DIRECTIONS: Working from the top of the records below, reproduce each line exactly, ending once you have written the line containing "e16 v16 v10".

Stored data
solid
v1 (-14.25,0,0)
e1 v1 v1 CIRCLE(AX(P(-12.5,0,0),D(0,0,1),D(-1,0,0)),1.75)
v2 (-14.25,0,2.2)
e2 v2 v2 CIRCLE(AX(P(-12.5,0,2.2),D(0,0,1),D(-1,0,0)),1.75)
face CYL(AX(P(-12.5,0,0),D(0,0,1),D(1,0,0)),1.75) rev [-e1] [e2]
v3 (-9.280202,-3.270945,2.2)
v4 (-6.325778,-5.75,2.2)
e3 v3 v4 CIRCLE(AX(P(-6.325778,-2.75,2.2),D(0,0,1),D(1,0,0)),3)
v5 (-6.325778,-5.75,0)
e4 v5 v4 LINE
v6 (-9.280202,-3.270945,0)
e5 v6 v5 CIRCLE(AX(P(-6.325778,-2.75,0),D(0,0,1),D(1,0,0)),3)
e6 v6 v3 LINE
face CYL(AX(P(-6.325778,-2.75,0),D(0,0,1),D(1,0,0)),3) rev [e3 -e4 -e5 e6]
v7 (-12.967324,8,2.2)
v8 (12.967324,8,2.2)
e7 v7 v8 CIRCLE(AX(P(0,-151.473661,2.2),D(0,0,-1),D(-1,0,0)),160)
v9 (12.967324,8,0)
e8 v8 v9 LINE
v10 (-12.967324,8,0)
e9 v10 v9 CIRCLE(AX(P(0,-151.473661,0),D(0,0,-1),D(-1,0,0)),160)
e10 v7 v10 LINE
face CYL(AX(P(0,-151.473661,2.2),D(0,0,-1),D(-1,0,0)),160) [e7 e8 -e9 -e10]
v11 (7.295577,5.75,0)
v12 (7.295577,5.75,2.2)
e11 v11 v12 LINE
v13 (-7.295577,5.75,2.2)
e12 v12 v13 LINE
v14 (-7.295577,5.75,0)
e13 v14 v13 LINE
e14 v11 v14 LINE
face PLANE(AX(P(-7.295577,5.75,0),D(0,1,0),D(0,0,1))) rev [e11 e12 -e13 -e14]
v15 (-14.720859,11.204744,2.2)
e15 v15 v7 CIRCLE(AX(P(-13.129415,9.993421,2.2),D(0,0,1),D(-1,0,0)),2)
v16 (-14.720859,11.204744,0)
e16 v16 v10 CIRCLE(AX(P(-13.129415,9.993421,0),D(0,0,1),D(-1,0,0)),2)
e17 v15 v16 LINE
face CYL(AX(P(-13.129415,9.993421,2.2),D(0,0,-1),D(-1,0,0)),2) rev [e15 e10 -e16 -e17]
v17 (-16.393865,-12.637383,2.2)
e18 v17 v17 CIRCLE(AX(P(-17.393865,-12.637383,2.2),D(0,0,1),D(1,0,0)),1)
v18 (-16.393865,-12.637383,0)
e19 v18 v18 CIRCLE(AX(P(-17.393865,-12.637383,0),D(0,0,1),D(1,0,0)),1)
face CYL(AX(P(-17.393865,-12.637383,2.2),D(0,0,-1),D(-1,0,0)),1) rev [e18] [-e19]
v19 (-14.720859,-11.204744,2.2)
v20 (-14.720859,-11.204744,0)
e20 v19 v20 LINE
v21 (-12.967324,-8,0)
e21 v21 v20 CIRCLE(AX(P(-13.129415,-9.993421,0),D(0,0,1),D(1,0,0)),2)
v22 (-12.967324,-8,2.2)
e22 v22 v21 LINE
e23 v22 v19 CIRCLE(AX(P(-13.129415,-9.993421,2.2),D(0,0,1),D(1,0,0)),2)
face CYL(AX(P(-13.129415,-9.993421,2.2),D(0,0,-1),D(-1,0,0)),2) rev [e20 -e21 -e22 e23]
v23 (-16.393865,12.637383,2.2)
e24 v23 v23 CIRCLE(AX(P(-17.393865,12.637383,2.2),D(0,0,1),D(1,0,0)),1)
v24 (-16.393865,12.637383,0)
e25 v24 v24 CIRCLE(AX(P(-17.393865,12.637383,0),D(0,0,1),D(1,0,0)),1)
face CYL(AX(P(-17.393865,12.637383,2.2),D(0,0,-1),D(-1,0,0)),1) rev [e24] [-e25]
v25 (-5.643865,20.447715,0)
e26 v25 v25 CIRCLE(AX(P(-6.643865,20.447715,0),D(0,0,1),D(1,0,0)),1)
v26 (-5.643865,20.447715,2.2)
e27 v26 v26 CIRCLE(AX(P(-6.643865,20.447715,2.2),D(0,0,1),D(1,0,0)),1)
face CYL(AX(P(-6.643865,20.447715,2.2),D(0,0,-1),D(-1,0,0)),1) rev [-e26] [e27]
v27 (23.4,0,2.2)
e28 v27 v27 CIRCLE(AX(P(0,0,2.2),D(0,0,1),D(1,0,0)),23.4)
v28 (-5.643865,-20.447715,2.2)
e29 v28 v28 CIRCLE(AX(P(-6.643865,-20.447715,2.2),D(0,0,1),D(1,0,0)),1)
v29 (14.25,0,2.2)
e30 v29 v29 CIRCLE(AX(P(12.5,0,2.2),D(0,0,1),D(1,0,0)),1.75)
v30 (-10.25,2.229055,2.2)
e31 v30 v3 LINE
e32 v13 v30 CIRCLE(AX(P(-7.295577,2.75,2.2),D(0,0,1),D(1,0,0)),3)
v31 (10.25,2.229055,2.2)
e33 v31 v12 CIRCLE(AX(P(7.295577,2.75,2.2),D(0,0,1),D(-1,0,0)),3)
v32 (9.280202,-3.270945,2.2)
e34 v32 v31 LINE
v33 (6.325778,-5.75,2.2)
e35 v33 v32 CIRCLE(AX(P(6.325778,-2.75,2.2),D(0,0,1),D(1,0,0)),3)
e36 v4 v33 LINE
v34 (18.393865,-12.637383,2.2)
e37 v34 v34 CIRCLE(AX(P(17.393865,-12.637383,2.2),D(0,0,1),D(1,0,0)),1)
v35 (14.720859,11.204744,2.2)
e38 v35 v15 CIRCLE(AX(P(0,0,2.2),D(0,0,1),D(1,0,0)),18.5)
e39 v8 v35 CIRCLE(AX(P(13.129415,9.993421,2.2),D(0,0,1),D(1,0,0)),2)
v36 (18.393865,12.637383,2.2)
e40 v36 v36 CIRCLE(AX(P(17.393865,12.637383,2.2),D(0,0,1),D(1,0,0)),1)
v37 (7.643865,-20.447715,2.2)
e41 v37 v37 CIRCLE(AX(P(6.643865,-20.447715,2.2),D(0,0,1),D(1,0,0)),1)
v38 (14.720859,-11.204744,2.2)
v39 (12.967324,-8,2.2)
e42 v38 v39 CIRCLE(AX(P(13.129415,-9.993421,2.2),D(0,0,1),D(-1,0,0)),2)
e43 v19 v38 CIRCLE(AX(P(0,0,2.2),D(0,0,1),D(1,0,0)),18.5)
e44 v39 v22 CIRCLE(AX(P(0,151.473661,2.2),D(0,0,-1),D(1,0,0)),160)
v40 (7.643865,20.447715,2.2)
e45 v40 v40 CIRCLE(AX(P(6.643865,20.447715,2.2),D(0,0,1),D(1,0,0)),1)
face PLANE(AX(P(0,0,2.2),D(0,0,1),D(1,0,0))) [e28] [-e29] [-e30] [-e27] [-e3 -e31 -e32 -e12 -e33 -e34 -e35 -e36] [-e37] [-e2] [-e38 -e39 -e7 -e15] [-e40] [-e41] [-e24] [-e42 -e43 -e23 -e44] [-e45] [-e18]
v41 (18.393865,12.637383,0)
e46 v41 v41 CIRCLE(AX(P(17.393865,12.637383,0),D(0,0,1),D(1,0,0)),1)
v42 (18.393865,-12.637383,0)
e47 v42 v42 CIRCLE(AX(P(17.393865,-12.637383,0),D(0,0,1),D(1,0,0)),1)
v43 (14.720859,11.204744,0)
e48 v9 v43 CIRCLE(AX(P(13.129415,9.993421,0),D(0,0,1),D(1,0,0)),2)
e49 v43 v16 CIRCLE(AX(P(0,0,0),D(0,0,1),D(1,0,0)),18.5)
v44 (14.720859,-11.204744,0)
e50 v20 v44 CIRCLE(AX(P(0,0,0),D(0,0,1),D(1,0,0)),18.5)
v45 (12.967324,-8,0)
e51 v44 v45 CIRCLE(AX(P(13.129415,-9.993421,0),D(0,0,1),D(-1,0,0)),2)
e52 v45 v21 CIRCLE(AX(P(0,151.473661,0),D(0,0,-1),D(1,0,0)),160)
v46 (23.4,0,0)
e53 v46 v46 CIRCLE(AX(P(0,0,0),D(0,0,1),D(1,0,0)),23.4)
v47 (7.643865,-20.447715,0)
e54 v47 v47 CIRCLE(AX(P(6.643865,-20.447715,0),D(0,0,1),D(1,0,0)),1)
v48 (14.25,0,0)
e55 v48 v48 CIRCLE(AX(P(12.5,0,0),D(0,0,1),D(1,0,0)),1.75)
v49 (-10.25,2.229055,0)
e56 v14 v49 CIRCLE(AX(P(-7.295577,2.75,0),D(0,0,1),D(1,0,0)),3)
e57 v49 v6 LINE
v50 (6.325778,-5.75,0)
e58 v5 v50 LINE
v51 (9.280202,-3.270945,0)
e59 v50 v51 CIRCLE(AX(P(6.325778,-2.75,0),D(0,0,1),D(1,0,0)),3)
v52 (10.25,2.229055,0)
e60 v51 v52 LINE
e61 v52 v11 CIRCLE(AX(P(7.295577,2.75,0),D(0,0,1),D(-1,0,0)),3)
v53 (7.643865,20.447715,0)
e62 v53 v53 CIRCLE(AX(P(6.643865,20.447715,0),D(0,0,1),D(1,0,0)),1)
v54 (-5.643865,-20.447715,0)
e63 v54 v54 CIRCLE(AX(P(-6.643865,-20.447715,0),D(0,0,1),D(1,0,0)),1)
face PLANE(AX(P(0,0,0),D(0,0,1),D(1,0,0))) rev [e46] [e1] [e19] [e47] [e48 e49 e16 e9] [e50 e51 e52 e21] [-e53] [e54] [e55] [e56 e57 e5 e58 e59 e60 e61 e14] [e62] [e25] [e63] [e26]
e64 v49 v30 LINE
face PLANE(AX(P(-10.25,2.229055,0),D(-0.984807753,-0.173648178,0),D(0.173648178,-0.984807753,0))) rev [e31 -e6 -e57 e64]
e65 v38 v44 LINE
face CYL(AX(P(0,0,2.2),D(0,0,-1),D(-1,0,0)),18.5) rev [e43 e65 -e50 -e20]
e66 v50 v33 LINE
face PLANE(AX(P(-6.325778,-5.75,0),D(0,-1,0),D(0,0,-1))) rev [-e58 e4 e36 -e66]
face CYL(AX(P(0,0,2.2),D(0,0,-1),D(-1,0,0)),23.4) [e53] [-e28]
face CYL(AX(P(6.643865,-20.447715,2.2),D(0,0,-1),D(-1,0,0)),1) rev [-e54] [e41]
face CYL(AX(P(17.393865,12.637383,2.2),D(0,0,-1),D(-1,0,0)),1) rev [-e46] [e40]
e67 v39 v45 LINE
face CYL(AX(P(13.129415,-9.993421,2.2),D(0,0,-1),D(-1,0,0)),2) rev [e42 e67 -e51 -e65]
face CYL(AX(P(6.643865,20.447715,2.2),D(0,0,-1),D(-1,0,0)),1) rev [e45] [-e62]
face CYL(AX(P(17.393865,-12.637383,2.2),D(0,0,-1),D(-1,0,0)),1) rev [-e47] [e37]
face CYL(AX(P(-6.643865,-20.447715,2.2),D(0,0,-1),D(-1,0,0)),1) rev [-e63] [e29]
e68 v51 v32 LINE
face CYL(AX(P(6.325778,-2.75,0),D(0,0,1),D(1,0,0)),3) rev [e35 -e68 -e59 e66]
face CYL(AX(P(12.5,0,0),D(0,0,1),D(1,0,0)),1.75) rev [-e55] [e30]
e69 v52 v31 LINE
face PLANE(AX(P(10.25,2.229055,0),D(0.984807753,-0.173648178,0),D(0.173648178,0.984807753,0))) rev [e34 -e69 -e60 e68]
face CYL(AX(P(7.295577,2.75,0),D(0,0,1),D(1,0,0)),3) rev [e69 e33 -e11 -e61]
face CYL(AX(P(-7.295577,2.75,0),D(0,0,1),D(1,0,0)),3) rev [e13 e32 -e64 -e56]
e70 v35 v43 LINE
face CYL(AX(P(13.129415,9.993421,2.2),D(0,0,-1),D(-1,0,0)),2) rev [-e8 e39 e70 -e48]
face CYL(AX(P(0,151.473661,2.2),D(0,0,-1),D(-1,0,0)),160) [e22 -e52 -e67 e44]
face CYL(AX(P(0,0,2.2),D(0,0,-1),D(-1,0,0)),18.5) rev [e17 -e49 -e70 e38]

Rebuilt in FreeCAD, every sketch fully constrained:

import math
import FreeCAD as App
import Part
import Sketcher

V = App.Vector
Q = App.Units.Quantity

doc = App.newDocument("Part")
body = doc.addObject("PartDesign::Body", "Body")

# Sketch on XY plane
sketch1 = doc.addObject("Sketcher::SketchObject", "Sketch")
body.addObject(sketch1)
sketch1.AttachmentSupport = (doc.XY_Plane, [""])
sketch1.MapMode = "FlatFace"
sketch1.addGeometry([
    Part.Circle(V(0, 0, 0), V(0, 0, 1), 23.4),  # 0
    Part.Circle(V(-17.4, -12.6, 0), V(0, 0, 1), 1),  # 1
    Part.Circle(V(-6.6, -20.4, 0), V(0, 0, 1), 1),  # 2
    Part.Circle(V(6.6, -20.4, 0), V(0, 0, 1), 1),  # 3
    Part.ArcOfCircle(Part.Circle(V(0, 0, 0), V(0, 0, 1), 18.5), math.radians(-143), math.radians(-37)),  # 4
    Part.ArcOfCircle(Part.Circle(V(-13.1, -10, 0), V(0, 0, 1), 2), math.radians(85), math.radians(217)),  # 5
    Part.ArcOfCircle(Part.Circle(V(0, 151.5, 0), V(0, 0, 1), 160), math.radians(-94.65), math.radians(-85.35)),  # 6
    Part.ArcOfCircle(Part.Circle(V(13.1, -10, 0), V(0, 0, 1), 2), math.radians(-37), math.radians(95)),  # 7
    Part.Circle(V(17.4, -12.6, 0), V(0, 0, 1), 1),  # 8
    Part.Circle(V(-17.4, 12.6, 0), V(0, 0, 1), 1),  # 9
    Part.Circle(V(-6.6, 20.4, 0), V(0, 0, 1), 1),  # 10
    Part.ArcOfCircle(Part.Circle(V(0, 0, 0), V(0, 0, 1), 18.5), math.radians(37), math.radians(143)),  # 11
    Part.ArcOfCircle(Part.Circle(V(13.1, 10, 0), V(0, 0, 1), 2), math.radians(-95), math.radians(37)),  # 12
    Part.ArcOfCircle(Part.Circle(V(0, -151.5, 0), V(0, 0, 1), 160), math.radians(85.35), math.radians(94.65)),  # 13
    Part.ArcOfCircle(Part.Circle(V(-13.1, 10, 0), V(0, 0, 1), 2), math.radians(143), math.radians(275)),  # 14
    Part.Circle(V(6.6, 20.4, 0), V(0, 0, 1), 1),  # 15
    Part.Circle(V(17.4, 12.6, 0), V(0, 0, 1), 1),  # 16
], False)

TASK RESULT:
solid
v1 (-14.25,0,0)
e1 v1 v1 CIRCLE(AX(P(-12.5,0,0),D(0,0,1),D(-1,0,0)),1.75)
v2 (-14.25,0,2.2)
e2 v2 v2 CIRCLE(AX(P(-12.5,0,2.2),D(0,0,1),D(-1,0,0)),1.75)
face CYL(AX(P(-12.5,0,0),D(0,0,1),D(1,0,0)),1.75) rev [-e1] [e2]
v3 (-9.280202,-3.270945,2.2)
v4 (-6.325778,-5.75,2.2)
e3 v3 v4 CIRCLE(AX(P(-6.325778,-2.75,2.2),D(0,0,1),D(1,0,0)),3)
v5 (-6.325778,-5.75,0)
e4 v5 v4 LINE
v6 (-9.280202,-3.270945,0)
e5 v6 v5 CIRCLE(AX(P(-6.325778,-2.75,0),D(0,0,1),D(1,0,0)),3)
e6 v6 v3 LINE
face CYL(AX(P(-6.325778,-2.75,0),D(0,0,1),D(1,0,0)),3) rev [e3 -e4 -e5 e6]
v7 (-12.967324,8,2.2)
v8 (12.967324,8,2.2)
e7 v7 v8 CIRCLE(AX(P(0,-151.473661,2.2),D(0,0,-1),D(-1,0,0)),160)
v9 (12.967324,8,0)
e8 v8 v9 LINE
v10 (-12.967324,8,0)
e9 v10 v9 CIRCLE(AX(P(0,-151.473661,0),D(0,0,-1),D(-1,0,0)),160)
e10 v7 v10 LINE
face CYL(AX(P(0,-151.473661,2.2),D(0,0,-1),D(-1,0,0)),160) [e7 e8 -e9 -e10]
v11 (7.295577,5.75,0)
v12 (7.295577,5.75,2.2)
e11 v11 v12 LINE
v13 (-7.295577,5.75,2.2)
e12 v12 v13 LINE
v14 (-7.295577,5.75,0)
e13 v14 v13 LINE
e14 v11 v14 LINE
face PLANE(AX(P(-7.295577,5.75,0),D(0,1,0),D(0,0,1))) rev [e11 e12 -e13 -e14]
v15 (-14.720859,11.204744,2.2)
e15 v15 v7 CIRCLE(AX(P(-13.129415,9.993421,2.2),D(0,0,1),D(-1,0,0)),2)
v16 (-14.720859,11.204744,0)
e16 v16 v10 CIRCLE(AX(P(-13.129415,9.993421,0),D(0,0,1),D(-1,0,0)),2)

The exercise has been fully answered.